By integrating YOLOv10 with LoRA-enhanced CLIP, the proposed framework demonstrates strong performance in both construction activity recognition and PPE detection. However, a closer examination of the results reveals several category-specific challenges. In construction activity recognition, auxiliary excavation and rebar-tying tasks exhibit relatively lower precision (around 90%), mainly due to factors such as overlapping worker postures, visually similar tool operations, and cluttered backgrounds, all of which make fine-grained distinctions more difficult.
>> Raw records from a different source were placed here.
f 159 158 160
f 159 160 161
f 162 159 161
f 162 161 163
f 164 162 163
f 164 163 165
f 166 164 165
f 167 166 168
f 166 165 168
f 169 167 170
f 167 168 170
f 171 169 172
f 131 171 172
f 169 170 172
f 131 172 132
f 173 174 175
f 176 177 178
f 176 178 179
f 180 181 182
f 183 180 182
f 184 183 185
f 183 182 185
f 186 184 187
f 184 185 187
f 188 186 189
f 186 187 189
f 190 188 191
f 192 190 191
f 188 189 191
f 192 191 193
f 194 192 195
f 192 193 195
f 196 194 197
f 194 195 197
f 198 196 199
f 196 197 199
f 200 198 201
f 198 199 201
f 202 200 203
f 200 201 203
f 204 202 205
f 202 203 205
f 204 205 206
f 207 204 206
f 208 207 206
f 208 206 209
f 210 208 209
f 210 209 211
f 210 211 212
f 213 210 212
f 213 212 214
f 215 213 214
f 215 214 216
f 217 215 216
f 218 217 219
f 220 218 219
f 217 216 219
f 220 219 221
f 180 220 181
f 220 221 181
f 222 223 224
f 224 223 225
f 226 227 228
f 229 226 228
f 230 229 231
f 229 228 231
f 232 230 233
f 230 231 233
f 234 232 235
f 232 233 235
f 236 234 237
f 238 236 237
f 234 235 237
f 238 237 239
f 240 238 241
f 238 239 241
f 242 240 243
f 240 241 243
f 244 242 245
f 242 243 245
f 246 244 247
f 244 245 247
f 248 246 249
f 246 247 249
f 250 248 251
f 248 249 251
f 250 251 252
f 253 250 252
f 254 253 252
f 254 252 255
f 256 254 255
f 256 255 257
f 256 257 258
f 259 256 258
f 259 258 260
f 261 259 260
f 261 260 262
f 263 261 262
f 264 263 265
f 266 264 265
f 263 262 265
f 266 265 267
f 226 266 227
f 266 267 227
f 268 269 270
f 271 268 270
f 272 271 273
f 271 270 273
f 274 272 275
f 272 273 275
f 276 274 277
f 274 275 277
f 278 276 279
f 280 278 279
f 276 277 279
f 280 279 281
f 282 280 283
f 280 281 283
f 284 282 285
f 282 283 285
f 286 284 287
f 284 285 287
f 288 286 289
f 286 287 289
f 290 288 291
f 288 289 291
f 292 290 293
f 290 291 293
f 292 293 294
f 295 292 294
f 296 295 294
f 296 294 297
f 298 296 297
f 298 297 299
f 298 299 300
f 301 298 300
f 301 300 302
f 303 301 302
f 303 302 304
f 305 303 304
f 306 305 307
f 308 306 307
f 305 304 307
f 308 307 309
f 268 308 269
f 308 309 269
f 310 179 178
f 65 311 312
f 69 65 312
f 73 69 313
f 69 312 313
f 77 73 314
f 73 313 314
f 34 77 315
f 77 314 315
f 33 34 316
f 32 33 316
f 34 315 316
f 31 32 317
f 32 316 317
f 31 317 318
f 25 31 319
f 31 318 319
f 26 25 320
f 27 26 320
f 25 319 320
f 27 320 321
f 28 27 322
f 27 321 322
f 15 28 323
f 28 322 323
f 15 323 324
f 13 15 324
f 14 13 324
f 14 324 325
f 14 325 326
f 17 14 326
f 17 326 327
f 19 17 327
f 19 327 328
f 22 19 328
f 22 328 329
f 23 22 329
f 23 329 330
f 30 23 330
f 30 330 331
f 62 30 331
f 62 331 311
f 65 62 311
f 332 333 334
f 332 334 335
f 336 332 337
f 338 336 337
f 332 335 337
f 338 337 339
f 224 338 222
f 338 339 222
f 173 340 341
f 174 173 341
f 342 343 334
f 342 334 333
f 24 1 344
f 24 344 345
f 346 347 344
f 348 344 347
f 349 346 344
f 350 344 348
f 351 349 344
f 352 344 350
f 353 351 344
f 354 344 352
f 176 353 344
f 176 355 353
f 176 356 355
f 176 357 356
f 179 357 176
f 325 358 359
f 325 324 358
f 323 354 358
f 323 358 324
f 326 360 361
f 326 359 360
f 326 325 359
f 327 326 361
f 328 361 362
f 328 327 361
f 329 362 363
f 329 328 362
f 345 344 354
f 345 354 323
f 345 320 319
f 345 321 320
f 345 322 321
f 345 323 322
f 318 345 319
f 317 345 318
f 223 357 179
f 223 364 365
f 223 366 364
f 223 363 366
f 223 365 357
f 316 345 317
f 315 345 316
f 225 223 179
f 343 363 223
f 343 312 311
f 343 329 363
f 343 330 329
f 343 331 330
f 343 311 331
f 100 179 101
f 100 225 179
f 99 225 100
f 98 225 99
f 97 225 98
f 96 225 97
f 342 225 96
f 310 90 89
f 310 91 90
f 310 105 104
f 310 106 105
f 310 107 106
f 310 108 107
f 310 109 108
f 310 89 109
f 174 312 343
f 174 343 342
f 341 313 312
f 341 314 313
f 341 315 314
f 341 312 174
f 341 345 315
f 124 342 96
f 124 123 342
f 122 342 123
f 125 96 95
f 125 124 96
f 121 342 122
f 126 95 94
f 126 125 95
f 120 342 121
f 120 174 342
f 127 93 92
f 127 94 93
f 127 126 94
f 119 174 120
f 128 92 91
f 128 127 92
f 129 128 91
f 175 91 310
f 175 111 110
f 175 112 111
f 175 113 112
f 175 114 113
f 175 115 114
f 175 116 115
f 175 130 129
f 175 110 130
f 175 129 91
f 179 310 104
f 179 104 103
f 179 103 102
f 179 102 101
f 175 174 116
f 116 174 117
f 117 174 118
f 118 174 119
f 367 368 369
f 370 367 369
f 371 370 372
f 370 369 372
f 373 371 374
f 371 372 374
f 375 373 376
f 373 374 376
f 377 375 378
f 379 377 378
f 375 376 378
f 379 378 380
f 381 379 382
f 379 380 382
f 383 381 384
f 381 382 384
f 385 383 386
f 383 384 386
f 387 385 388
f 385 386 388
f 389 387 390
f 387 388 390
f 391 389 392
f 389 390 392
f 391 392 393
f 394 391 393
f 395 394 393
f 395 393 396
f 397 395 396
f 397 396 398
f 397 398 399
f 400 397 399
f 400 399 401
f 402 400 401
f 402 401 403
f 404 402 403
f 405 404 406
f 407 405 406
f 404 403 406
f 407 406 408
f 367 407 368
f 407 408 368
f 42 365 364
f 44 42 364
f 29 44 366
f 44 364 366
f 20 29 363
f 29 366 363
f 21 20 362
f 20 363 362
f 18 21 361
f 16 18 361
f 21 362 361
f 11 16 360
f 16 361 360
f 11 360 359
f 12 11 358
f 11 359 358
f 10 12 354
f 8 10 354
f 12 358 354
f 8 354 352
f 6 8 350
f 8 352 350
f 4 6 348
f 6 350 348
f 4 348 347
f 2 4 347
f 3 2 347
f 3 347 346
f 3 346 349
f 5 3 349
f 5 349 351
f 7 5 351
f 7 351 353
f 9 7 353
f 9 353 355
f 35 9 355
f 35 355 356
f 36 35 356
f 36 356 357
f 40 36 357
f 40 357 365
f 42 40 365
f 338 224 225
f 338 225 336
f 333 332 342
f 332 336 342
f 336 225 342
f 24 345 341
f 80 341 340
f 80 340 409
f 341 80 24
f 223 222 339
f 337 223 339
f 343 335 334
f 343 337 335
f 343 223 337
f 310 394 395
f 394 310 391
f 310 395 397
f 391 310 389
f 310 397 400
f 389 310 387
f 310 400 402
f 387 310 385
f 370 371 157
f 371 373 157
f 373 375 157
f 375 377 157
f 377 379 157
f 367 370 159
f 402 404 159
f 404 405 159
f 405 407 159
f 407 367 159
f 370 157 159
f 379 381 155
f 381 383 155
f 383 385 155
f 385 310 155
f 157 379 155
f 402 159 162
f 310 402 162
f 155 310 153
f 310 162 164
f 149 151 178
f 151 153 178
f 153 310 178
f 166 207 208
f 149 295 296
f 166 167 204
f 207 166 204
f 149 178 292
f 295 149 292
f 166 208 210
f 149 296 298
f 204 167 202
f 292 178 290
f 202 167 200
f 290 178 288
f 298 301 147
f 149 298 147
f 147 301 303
This suggests that future work may benefit from expanding category-specific training samples, incorporating more discriminative feature representations, or leveraging temporal information to improve model stability and generalization. For PPE detection, small items such as gloves and protective eyewear remain challenging due to their limited pixel footprint and frequent occlusion. Although YOLO-based region extraction effectively reduces background interference and improves text–image alignment, the inherent limitations of small-object detection continue to constrain overall performance. Future research could explore multi-scale detection architectures, higher-resolution inputs, multi-camera viewpoints, or temporal feature integration to further enhance robustness in complex construction environments.

This study still has certain limitations. Although the constructed dataset covers common construction scenarios, its coverage of rare and specific construction environments and activities remains insufficient, which may affect the model’s generalization ability in these scenarios. Future work could incorporate samples from different work types, extreme environments, and severely occluded construction scenes to enhance the model’s generalization ability. The experiments were mainly conducted on static images. However, construction sites are highly dynamic environments. Future research could explore the combination of temporal information through video sequence analysis to improve the accuracy of dynamic construction activity recognition. Furthermore, the proposed framework involves serial processing of multiple modules, which may result in the overall inference speed failing to meet the requirements of real-time monitoring, especially on resource-constrained edge devices. To meet the needs of real-time monitoring, techniques such as model compression and knowledge distillation could be explored to reduce model complexity and improve reasoning speed. In addition, researching parallel module processing and edge cloud collaborative computing architectures can enhance the system’s responsiveness while maintaining accuracy.

7. Conclusions

This study presents a modular multimodal agent framework for construction safety identification, integrating scene understanding, knowledge retrieval, and hazard reasoning. The framework combines YOLOv10 with a LoRA-enhanced CLIP model for accurate perception, employs a construction safety knowledge graph with hybrid retrieval to align scene information with safety regulations, and utilizes a FusedChain prompting strategy to support interpretable hazard reasoning.

Across multiple tasks, the proposed framework demonstrates strong performance: construction activity recognition achieves an accuracy of 97.35%, PPE detection attains an average F1-score of 0.84, and hazard reasoning reaches 100% precision and recall under the assumption of correct upstream scene understanding. Ablation studies verify the critical contributions of precise detection, parameter-efficient fine-tuning, and structured prompting. Compared with existing methods, the framework provides not only higher accuracy but also improved interpretability and scalability.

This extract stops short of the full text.